Capítulo 36

LA India, Goa, junio de 1542

Con paso rápido, infatigable y exultante de alegría, Francisco subía por la pendiente donde se asentaba el barrio de los indígenas, seguido por un tropel de muchachos desarrapados, esclavos y esclavas, niños y niñas de oscura piel y enmarañados cabellos negros, que reían y le jaleaban con sus voces cantarinas.

Diariamente, el jesuita reunía a esta multitud, que a veces llegaba a superar los trescientos, y los llevaba ala fresca iglesia de Nossa Senhora do Rosario, en lo alto del promontorio que se alzaba fuera de la ciudad. Allí, como en un teatro a la manera oriental, se ponía delante del altar y alzaba los ojos y las manos al cielo, representando la comunicación con Dios. Maravillados, los pequeños oyentes se ponían como en trance y pronto estaban repitiendo en voz alta, locos de contento, las oraciones y las enseñanzas de la doctrina que Xavier les enseñaba cantando, con melodías pegadizas que les encantaban. Era una concurrencia pobre, sucia, descalza y maltratada.

Francisco casi no podía hacer otra cosa con aquel muchacherío que sacarlos del triste barrio donde se desenvolvían cotidianamente, abandonados a su suerte, mendigando como perrillos alrededor de los hidalgos portugueses; cuando no eran utilizados en infamantes trabajos que les agotaban sin apenas ganancias o, mucho peor, prostituidos y convertidos en víctimas de los más crueles abusos.

Sabían poco portugués; pero, por una misteriosa comunicación de espíritus, llegaban a comprender enseguida que aquel hombre recién llegado a Goa, aun siendo alguien importante, no vestía con los lujos del resto de los hombres venidos de la lejana cristiandad, sino que sólo se cubría con una especie de túnica raída; iba como ellos descalzo y comía también de lo que le daban.
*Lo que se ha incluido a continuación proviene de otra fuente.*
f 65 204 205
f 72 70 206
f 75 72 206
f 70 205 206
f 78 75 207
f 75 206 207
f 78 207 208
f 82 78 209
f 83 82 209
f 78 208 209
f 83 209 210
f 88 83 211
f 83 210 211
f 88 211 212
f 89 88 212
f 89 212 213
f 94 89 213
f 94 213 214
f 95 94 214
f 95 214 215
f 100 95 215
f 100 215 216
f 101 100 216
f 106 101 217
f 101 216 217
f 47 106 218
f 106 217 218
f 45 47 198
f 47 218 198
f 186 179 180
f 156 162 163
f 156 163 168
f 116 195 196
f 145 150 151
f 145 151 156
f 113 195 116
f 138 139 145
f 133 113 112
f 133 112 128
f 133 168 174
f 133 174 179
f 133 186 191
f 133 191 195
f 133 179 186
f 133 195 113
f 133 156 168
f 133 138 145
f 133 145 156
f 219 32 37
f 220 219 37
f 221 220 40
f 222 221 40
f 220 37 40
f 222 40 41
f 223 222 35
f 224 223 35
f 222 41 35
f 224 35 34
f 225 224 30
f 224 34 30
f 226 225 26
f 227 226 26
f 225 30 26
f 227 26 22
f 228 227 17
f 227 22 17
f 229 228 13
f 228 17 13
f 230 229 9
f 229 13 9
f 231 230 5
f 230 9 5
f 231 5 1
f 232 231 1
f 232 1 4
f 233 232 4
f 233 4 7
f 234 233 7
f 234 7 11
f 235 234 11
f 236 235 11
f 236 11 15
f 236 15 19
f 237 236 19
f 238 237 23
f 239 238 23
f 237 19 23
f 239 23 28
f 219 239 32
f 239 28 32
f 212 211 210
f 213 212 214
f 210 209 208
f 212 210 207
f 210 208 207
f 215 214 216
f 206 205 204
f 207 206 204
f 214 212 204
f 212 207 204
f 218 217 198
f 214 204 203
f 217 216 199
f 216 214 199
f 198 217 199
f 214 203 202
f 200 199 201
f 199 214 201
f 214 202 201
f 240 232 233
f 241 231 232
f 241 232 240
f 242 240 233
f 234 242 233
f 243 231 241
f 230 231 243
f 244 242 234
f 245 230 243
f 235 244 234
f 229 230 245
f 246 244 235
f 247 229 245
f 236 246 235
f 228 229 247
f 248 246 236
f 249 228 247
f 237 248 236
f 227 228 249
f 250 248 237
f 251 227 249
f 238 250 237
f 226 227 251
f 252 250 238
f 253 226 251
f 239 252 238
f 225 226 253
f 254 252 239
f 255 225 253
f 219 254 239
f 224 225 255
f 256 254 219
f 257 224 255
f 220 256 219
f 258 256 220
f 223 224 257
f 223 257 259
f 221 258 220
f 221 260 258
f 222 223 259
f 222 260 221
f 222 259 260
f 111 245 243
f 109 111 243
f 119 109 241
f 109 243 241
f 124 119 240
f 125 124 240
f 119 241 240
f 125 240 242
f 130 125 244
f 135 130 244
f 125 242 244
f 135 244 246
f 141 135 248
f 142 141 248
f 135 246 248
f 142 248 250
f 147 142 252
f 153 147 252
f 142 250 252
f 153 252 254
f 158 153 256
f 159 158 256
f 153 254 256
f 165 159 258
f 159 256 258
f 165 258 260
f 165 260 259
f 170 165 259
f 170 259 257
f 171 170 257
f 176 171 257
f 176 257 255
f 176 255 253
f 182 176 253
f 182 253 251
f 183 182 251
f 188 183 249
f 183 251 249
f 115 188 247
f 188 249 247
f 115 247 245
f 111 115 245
Pero había algo mucho más importante, lo que de verdad seducía a toda aquella gente menuda y hambrienta: Francisco les amaba y sabía expresarlo sin aspavientos, con una ternura inagotable y una permanente sonrisa en el rostro. Incluso cuando se peleaban entre ellos, pues se armaban frecuentes trifulcas, no les trataba a palos, como el resto de la gente. Ni se hartaba de ellos cuando se ponían pesados, siguiéndole a todas partes, no dejándole ni un momento en paz, ni a sol ni a sombra.

Francisco estaba viviendo una especie de delirio; la rara locura de amar incondicionalmente a una suerte de gente débil en extremo, a los que nadie tenía en cuenta, ni consideraba de ninguna manera. Estaba cautivado por la compañía de los verdaderos hijos del cielo y ello le arrebataba por los extraños y velados caminos de la verdadera felicidad.
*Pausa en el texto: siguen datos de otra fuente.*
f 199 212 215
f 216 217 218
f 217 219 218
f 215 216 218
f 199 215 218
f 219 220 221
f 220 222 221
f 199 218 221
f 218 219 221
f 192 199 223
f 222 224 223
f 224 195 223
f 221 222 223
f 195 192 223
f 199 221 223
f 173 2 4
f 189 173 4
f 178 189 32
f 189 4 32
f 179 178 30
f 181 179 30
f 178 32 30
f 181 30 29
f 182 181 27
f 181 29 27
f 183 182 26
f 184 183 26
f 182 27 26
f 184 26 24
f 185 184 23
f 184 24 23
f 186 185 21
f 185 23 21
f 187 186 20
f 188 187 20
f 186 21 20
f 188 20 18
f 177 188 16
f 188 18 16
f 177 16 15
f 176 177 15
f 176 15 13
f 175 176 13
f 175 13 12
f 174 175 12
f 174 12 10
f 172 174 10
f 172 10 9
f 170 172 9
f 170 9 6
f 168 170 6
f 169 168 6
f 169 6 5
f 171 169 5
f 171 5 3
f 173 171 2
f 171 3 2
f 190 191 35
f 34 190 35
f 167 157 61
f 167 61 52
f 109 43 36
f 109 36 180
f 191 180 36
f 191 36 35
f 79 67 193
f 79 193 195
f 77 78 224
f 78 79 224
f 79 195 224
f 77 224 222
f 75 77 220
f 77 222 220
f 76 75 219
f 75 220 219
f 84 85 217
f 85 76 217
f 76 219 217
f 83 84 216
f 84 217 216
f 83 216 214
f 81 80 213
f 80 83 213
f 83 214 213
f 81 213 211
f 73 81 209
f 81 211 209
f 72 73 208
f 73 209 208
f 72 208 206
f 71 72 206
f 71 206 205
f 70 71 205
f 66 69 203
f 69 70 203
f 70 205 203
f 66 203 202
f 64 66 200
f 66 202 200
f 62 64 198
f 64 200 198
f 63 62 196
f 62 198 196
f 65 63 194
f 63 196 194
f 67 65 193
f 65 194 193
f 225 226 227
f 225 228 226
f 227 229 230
Con frecuencia se quedaba arrobado, sólo admirándolos. Se extasiaba contemplando sus ojillos curiosos, negros como el azabache; sus limpias e inocentes miradas hechas únicamente a ver la miseria. Le encantaba observarlos cuando jugaban, cuando charlaban entre ellos, cuando reían a carcajada limpia. A veces, estallaban en locas carreras, como bandadas de pájaros bulliciosos. Otras veces se enzarzaban en animadas discusiones y acababan pegándose. Incluso esto le parecía maravilloso, pues le servía para explicarles con gestos y medias palabras la gratificante fuerza de la reconciliación. Eran aquellas pobres criaturas íntimamente sensibles al amor, como cualquiera que se ha criado en el sufrimiento.
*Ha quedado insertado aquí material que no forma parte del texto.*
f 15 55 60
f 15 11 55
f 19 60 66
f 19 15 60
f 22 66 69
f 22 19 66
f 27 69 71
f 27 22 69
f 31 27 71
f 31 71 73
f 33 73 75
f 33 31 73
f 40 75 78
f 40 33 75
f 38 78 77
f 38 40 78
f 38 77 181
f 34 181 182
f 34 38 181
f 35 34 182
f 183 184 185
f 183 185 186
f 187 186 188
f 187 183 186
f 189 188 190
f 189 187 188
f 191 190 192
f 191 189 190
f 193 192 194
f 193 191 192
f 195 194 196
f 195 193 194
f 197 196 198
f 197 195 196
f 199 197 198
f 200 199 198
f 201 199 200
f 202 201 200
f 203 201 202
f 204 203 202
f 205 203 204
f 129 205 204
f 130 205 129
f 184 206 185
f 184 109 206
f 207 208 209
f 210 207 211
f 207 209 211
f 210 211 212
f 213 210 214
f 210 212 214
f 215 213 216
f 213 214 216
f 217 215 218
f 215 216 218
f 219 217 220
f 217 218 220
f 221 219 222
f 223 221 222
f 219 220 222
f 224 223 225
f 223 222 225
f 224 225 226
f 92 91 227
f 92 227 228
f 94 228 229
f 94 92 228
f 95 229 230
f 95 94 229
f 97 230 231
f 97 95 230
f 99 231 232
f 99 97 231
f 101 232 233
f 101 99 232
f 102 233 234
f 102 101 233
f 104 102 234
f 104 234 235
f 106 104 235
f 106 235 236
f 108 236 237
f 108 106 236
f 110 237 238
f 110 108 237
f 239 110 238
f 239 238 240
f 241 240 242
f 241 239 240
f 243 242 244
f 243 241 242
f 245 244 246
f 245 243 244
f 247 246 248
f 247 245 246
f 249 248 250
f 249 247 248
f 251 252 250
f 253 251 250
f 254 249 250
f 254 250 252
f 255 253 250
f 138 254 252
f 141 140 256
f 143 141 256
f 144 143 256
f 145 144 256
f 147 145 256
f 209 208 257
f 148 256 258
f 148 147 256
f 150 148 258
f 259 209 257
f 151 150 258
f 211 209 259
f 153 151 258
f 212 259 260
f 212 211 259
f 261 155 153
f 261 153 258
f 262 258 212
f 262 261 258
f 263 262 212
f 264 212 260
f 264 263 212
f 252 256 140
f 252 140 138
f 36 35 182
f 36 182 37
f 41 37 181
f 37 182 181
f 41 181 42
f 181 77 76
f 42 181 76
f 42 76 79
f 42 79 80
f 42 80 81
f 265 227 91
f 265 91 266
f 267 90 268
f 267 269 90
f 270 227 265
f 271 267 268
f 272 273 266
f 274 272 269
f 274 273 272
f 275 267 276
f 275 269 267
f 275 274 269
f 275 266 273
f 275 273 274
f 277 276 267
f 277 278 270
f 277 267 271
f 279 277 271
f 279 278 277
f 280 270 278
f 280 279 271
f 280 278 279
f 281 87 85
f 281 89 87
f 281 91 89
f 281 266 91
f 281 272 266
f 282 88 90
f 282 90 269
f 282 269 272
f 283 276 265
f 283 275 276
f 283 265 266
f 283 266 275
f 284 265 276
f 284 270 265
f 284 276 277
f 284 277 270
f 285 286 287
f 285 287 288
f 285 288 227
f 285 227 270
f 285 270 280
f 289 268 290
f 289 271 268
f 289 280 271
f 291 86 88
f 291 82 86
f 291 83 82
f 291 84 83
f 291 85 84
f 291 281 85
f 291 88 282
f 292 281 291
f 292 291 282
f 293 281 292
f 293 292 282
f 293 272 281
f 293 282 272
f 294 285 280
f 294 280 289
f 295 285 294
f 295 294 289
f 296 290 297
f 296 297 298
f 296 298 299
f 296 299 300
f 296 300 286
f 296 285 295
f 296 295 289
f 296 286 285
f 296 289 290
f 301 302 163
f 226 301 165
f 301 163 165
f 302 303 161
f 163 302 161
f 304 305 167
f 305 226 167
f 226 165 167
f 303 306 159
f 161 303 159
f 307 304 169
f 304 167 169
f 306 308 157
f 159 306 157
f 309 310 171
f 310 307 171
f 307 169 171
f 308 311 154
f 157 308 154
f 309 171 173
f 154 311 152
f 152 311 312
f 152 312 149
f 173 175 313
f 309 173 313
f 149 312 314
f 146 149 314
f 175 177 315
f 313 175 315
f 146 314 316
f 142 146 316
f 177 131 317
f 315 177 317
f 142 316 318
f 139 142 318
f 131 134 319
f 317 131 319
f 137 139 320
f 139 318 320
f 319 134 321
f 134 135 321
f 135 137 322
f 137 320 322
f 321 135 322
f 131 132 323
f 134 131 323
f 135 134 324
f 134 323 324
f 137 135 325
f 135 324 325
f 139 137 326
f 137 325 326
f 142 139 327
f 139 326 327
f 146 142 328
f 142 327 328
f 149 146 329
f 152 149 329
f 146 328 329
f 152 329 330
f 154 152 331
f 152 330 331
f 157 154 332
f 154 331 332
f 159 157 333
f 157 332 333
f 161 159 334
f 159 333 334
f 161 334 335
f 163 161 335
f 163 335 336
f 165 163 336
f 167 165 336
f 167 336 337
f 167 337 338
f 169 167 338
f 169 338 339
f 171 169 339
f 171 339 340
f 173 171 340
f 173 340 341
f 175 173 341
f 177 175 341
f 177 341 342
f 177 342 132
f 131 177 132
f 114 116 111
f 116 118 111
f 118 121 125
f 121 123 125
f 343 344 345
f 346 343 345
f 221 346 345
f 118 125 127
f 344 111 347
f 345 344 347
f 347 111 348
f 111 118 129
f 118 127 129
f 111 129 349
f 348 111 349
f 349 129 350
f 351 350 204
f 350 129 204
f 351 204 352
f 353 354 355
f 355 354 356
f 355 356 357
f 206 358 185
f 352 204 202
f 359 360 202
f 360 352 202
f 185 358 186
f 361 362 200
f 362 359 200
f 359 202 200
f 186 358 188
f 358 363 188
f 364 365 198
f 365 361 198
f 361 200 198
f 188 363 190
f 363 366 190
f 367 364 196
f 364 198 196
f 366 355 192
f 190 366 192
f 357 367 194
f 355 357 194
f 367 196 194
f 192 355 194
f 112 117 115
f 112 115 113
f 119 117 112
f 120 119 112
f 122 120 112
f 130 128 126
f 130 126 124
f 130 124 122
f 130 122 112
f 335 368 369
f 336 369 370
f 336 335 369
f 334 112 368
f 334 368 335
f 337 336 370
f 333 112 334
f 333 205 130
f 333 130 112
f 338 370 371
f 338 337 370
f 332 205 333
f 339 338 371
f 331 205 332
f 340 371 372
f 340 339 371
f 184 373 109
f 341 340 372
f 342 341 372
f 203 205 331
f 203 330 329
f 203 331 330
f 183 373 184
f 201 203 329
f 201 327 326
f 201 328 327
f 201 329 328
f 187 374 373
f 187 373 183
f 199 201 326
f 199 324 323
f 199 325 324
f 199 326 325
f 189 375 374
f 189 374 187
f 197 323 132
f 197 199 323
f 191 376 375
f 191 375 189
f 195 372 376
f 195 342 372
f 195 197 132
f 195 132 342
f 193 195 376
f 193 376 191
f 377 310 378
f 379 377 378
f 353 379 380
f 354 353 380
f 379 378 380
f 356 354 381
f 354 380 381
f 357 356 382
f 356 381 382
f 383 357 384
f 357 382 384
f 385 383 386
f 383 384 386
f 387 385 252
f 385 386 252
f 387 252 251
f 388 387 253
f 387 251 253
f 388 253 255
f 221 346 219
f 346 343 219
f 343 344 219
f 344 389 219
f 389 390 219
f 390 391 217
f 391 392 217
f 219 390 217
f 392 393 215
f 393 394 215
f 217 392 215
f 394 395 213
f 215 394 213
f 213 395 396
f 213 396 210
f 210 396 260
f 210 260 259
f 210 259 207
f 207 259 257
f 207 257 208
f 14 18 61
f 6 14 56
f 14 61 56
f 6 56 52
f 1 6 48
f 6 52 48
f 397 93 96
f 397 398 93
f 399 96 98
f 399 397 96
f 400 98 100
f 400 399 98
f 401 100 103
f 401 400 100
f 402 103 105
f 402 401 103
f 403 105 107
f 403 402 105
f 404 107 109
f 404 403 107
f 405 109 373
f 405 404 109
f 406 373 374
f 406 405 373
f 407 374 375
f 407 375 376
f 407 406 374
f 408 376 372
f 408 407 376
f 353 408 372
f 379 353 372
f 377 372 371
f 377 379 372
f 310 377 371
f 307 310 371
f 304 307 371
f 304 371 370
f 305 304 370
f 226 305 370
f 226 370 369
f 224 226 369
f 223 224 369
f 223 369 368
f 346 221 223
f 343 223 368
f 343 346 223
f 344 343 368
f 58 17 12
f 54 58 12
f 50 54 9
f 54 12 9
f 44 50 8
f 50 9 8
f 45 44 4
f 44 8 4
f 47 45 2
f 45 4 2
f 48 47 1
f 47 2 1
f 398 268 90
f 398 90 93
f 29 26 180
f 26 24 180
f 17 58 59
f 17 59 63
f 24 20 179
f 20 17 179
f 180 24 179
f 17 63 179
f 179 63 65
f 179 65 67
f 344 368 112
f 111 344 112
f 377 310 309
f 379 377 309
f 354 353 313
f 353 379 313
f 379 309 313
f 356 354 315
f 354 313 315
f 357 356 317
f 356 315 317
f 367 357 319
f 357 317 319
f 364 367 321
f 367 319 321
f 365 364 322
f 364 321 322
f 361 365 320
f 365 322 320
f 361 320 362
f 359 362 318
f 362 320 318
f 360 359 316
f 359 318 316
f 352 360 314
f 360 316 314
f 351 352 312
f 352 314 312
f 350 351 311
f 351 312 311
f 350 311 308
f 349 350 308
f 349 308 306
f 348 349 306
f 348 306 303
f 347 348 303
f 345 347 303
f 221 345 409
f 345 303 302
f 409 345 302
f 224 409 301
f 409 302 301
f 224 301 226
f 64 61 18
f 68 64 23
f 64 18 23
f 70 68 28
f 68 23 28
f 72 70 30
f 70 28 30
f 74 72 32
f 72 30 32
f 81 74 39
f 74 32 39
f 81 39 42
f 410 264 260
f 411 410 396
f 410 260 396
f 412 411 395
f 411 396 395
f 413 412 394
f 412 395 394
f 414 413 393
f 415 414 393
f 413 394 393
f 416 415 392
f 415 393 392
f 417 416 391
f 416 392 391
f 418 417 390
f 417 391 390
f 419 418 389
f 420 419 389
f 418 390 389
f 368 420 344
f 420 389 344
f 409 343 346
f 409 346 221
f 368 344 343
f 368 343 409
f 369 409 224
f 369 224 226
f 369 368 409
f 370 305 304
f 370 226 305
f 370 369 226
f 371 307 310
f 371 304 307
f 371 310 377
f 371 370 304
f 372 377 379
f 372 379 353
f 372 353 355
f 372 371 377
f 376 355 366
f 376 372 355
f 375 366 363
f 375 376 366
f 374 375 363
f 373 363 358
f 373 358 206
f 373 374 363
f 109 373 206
De entre todos, destacaban sus favoritos: una pequeña niña que se desplazaba arrastrándose, hincando ios codos en tierra, pues tenía los miembros carentes de toda fuerza y las manos engurruñadas; también dos niños mellizos, de unos seis años de edad, a quienes rescató de una pocilga donde hacían la vida con los cerdos. Convenció a los demás de que debían cuidarlos. Pocas semanas después, a Francisco se le cayeron regueros de lágrimas cuando comprobó que el resto de los niños se peleaban por llevar en brazos a la pequeña paralítica. Era como si aquellos desheredados, a fuerza de ser tratados con desprecio y no contar nada, tuvieran el alma más dispuesta que nadie para aprender cosas buenas. De manera que pronto traían a otros niños y niñas, esclavos y esclavas, a los que encontraban por ahí, enfermos, abatidos por la fatiga de tantos trabajos, cojos, ciegos y lisiados.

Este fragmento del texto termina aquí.